> **WHAT YOU NEED TO DO**
The lines to repeat are those below from the one containing "(-40.014177768, -94.292756392), align=None)" down to the one containing "extrude(amount=-CUT_EXTRUDE4_DEPTH, mode=Mode.SUBTRACT)", both included; reproduce them exactly and nothing else.

> **STUDY MATERIAL**
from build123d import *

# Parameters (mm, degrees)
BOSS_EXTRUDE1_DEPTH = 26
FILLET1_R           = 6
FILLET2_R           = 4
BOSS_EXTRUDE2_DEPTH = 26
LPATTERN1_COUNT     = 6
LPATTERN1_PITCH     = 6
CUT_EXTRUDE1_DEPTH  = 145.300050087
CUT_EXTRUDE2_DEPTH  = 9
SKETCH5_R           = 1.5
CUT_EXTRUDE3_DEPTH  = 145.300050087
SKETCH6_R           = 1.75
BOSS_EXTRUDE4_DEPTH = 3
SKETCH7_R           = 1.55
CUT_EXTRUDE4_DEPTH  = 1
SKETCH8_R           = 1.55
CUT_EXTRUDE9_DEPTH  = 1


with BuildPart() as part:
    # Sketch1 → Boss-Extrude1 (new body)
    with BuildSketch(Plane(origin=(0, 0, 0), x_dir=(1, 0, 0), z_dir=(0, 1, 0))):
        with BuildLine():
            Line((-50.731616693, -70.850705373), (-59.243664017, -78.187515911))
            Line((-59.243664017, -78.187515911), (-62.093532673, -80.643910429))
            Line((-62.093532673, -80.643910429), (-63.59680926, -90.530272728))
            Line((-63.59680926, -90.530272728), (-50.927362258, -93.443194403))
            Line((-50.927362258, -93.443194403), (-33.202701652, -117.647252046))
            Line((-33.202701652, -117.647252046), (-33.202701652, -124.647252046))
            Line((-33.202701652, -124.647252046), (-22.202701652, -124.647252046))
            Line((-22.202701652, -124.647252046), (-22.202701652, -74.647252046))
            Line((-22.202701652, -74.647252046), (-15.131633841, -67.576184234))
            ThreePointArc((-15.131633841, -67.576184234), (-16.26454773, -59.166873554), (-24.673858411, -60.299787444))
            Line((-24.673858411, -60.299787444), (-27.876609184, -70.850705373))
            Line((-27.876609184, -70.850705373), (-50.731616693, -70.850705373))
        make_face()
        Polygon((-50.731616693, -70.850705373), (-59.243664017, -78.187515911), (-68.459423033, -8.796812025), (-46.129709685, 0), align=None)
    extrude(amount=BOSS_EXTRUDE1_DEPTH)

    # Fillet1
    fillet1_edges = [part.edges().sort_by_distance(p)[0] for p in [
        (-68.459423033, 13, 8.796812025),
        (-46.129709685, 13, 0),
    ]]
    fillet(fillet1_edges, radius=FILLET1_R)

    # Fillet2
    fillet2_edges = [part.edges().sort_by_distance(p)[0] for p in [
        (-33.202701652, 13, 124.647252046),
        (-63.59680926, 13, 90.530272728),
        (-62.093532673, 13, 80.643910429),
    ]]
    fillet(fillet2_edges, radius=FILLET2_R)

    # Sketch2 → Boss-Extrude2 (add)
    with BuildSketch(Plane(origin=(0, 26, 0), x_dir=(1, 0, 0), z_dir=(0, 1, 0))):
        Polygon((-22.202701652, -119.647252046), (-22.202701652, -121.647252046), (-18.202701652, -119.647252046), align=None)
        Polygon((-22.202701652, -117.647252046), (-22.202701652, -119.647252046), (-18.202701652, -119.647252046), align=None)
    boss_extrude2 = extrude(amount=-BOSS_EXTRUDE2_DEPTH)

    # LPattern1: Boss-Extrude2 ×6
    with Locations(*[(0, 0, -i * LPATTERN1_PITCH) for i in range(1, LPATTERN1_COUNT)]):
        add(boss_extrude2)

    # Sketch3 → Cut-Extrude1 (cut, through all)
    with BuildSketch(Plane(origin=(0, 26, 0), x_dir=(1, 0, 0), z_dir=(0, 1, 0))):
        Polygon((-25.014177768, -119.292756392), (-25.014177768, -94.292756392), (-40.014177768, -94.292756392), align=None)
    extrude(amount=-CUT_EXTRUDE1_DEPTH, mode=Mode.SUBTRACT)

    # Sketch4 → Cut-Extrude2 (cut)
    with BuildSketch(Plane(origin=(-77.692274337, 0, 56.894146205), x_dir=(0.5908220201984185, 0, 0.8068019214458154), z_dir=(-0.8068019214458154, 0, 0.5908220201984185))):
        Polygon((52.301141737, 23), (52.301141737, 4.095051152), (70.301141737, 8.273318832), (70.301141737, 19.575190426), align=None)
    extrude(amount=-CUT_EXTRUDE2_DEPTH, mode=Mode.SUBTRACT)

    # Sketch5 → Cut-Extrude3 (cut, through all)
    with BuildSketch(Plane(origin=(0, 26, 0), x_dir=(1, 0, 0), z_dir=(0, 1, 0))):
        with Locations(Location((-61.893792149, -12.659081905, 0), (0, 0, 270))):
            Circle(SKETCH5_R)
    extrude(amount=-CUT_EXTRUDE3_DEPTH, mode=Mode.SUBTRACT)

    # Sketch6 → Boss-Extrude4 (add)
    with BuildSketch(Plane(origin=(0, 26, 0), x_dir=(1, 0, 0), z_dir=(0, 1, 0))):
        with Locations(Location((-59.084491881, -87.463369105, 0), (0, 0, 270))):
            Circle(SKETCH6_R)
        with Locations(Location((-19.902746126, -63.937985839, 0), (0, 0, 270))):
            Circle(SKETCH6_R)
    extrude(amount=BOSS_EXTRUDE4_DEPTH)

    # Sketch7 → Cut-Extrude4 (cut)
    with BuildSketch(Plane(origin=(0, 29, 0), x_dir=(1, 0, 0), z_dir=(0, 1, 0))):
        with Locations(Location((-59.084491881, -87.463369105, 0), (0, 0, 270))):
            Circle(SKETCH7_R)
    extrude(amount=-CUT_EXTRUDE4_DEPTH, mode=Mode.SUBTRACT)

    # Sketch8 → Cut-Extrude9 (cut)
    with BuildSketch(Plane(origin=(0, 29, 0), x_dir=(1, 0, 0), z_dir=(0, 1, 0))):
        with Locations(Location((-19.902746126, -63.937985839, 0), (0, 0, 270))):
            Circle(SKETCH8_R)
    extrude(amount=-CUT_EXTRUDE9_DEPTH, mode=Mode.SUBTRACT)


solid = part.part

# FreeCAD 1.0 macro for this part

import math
import FreeCAD as App
import Part
import Sketcher

V = App.Vector
Q = App.Units.Quantity


def edges_at(feature, points):
    """Names of the edges that pass closest to the given points."""
    edges = feature.Shape.Edges
    near = lambda p: min(range(len(edges)), key=lambda i: edges[i].distToShape(Part.Vertex(*p))[0])
    return sorted({f"Edge{near(p) + 1}" for p in points})


def add_polygon(sketch, points):
    """Adds a closed chain of lines whose ends are joined by coincident constraints."""
    first, n = sketch.GeometryCount, len(points)
    for a, b in zip(points, points[1:] + points[:1]):
        sketch.addGeometry(Part.LineSegment(App.Vector(*a, 0), App.Vector(*b, 0)), False)
    for i in range(n):
        sketch.addConstraint(Sketcher.Constraint("Coincident", first + i, 2, first + (i + 1) % n, 1))

doc = App.newDocument("Part")
body = doc.addObject("PartDesign::Body", "Body")

# Sketch on XZ plane
sketch1 = doc.addObject("Sketcher::SketchObject", "Sketch")
body.addObject(sketch1)
sketch1.AttachmentSupport = (doc.XZ_Plane, [""])
sketch1.MapMode = "FlatFace"
sketch1.addGeometry(Part.LineSegment(V(-59.2, 78.2, 0), V(-62.1, 80.6, 0)), False)
sketch1.addGeometry(Part.LineSegment(V(-62.1, 80.6, 0), V(-63.6, 90.5, 0)), False)
sketch1.addGeometry(Part.LineSegment(V(-63.6, 90.5, 0), V(-50.9, 93.4, 0)), False)
sketch1.addGeometry(Part.LineSegment(V(-50.9, 93.4, 0), V(-33.2, 117.6, 0)), False)
sketch1.addGeometry(Part.LineSegment(V(-33.2, 117.6, 0), V(-33.2, 124.6, 0)), False)
sketch1.addGeometry(Part.LineSegment(V(-33.2, 124.6, 0), V(-22.2, 124.6, 0)), False)
sketch1.addGeometry(Part.LineSegment(V(-22.2, 124.6, 0), V(-22.2, 74.6, 0)), False)
sketch1.addGeometry(Part.LineSegment(V(-22.2, 74.6, 0), V(-15.1, 67.6, 0)), False)
sketch1.addGeometry(Part.ArcOfCircle(Part.Circle(V(-19.9, 63.9, 0), V(0, 0, 1), 6), math.radians(-143), math.radians(37)), False)
sketch1.addGeometry(Part.LineSegment(V(-24.7, 60.3, 0), V(-27.9, 70.9, 0)), False)
sketch1.addGeometry(Part.LineSegment(V(-27.9, 70.9, 0), V(-50.7, 70.9, 0)), False)
sketch1.addGeometry(Part.LineSegment(V(-50.7, 70.9, 0), V(-46.1, 0, 0)), False)
sketch1.addGeometry(Part.LineSegment(V(-46.1, 0, 0), V(-68.5, 8.8, 0)), False)
sketch1.addGeometry(Part.LineSegment(V(-68.5, 8.8, 0), V(-59.2, 78.2, 0)), False)
sketch1.addConstraint(Sketcher.Constraint("Coincident", 0, 2, 1, 1))
sketch1.addConstraint(Sketcher.Constraint("Coincident", 1, 2, 2, 1))
sketch1.addConstraint(Sketcher.Constraint("Coincident", 2, 2, 3, 1))
sketch1.addConstraint(Sketcher.Constraint("Coincident", 3, 2, 4, 1))
sketch1.addConstraint(Sketcher.Constraint("Coincident", 4, 2, 5, 1))
sketch1.addConstraint(Sketcher.Constraint("Coincident", 5, 2, 6, 1))
sketch1.addConstraint(Sketcher.Constraint("Coincident", 6, 2, 7, 1))
sketch1.addConstraint(Sketcher.Constraint("Coincident", 7, 2, 8, 2))
sketch1.addConstraint(Sketcher.Constraint("Coincident", 8, 1, 9, 1))
sketch1.addConstraint(Sketcher.Constraint("Coincident", 9, 2, 10, 1))
sketch1.addConstraint(Sketcher.Constraint("Coincident", 10, 2, 11, 1))
sketch1.addConstraint(Sketcher.Constraint("Coincident", 11, 2, 12, 1))
sketch1.addConstraint(Sketcher.Constraint("Coincident", 12, 2, 13, 1))
sketch1.addConstraint(Sketcher.Constraint("Coincident", 13, 2, 0, 1))
sketch1.addConstraint(Sketcher.Constraint("Vertical", 4))
sketch1.addConstraint(Sketcher.Constraint("Horizontal", 5))
sketch1.addConstraint(Sketcher.Constraint("Vertical", 6))
sketch1.addConstraint(Sketcher.Constraint("Horizontal", 10))
sketch1.addConstraint(Sketcher.Constraint("PointOnObject", 11, 2, -1))
sketch1.addConstraint(Sketcher.Constraint("Equal", 1, 7))
sketch1.addConstraint(Sketcher.Constraint("Radius", 8, Q("6 mm")))
sketch1.addConstraint(Sketcher.Constraint("DistanceX", 5, 1, 5, 2, Q("11 mm")))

> **WRITTEN ANSWER**
        Polygon((-25.014177768, -119.292756392), (-25.014177768, -94.292756392), (-40.014177768, -94.292756392), align=None)
    extrude(amount=-CUT_EXTRUDE1_DEPTH, mode=Mode.SUBTRACT)

    # Sketch4 → Cut-Extrude2 (cut)
    with BuildSketch(Plane(origin=(-77.692274337, 0, 56.894146205), x_dir=(0.5908220201984185, 0, 0.8068019214458154), z_dir=(-0.8068019214458154, 0, 0.5908220201984185))):
        Polygon((52.301141737, 23), (52.301141737, 4.095051152), (70.301141737, 8.273318832), (70.301141737, 19.575190426), align=None)
    extrude(amount=-CUT_EXTRUDE2_DEPTH, mode=Mode.SUBTRACT)

    # Sketch5 → Cut-Extrude3 (cut, through all)
    with BuildSketch(Plane(origin=(0, 26, 0), x_dir=(1, 0, 0), z_dir=(0, 1, 0))):
        with Locations(Location((-61.893792149, -12.659081905, 0), (0, 0, 270))):
            Circle(SKETCH5_R)
    extrude(amount=-CUT_EXTRUDE3_DEPTH, mode=Mode.SUBTRACT)

    # Sketch6 → Boss-Extrude4 (add)
    with BuildSketch(Plane(origin=(0, 26, 0), x_dir=(1, 0, 0), z_dir=(0, 1, 0))):
        with Locations(Location((-59.084491881, -87.463369105, 0), (0, 0, 270))):
            Circle(SKETCH6_R)
        with Locations(Location((-19.902746126, -63.937985839, 0), (0, 0, 270))):
            Circle(SKETCH6_R)
    extrude(amount=BOSS_EXTRUDE4_DEPTH)

    # Sketch7 → Cut-Extrude4 (cut)
    with BuildSketch(Plane(origin=(0, 29, 0), x_dir=(1, 0, 0), z_dir=(0, 1, 0))):
        with Locations(Location((-59.084491881, -87.463369105, 0), (0, 0, 270))):
            Circle(SKETCH7_R)
    extrude(amount=-CUT_EXTRUDE4_DEPTH, mode=Mode.SUBTRACT)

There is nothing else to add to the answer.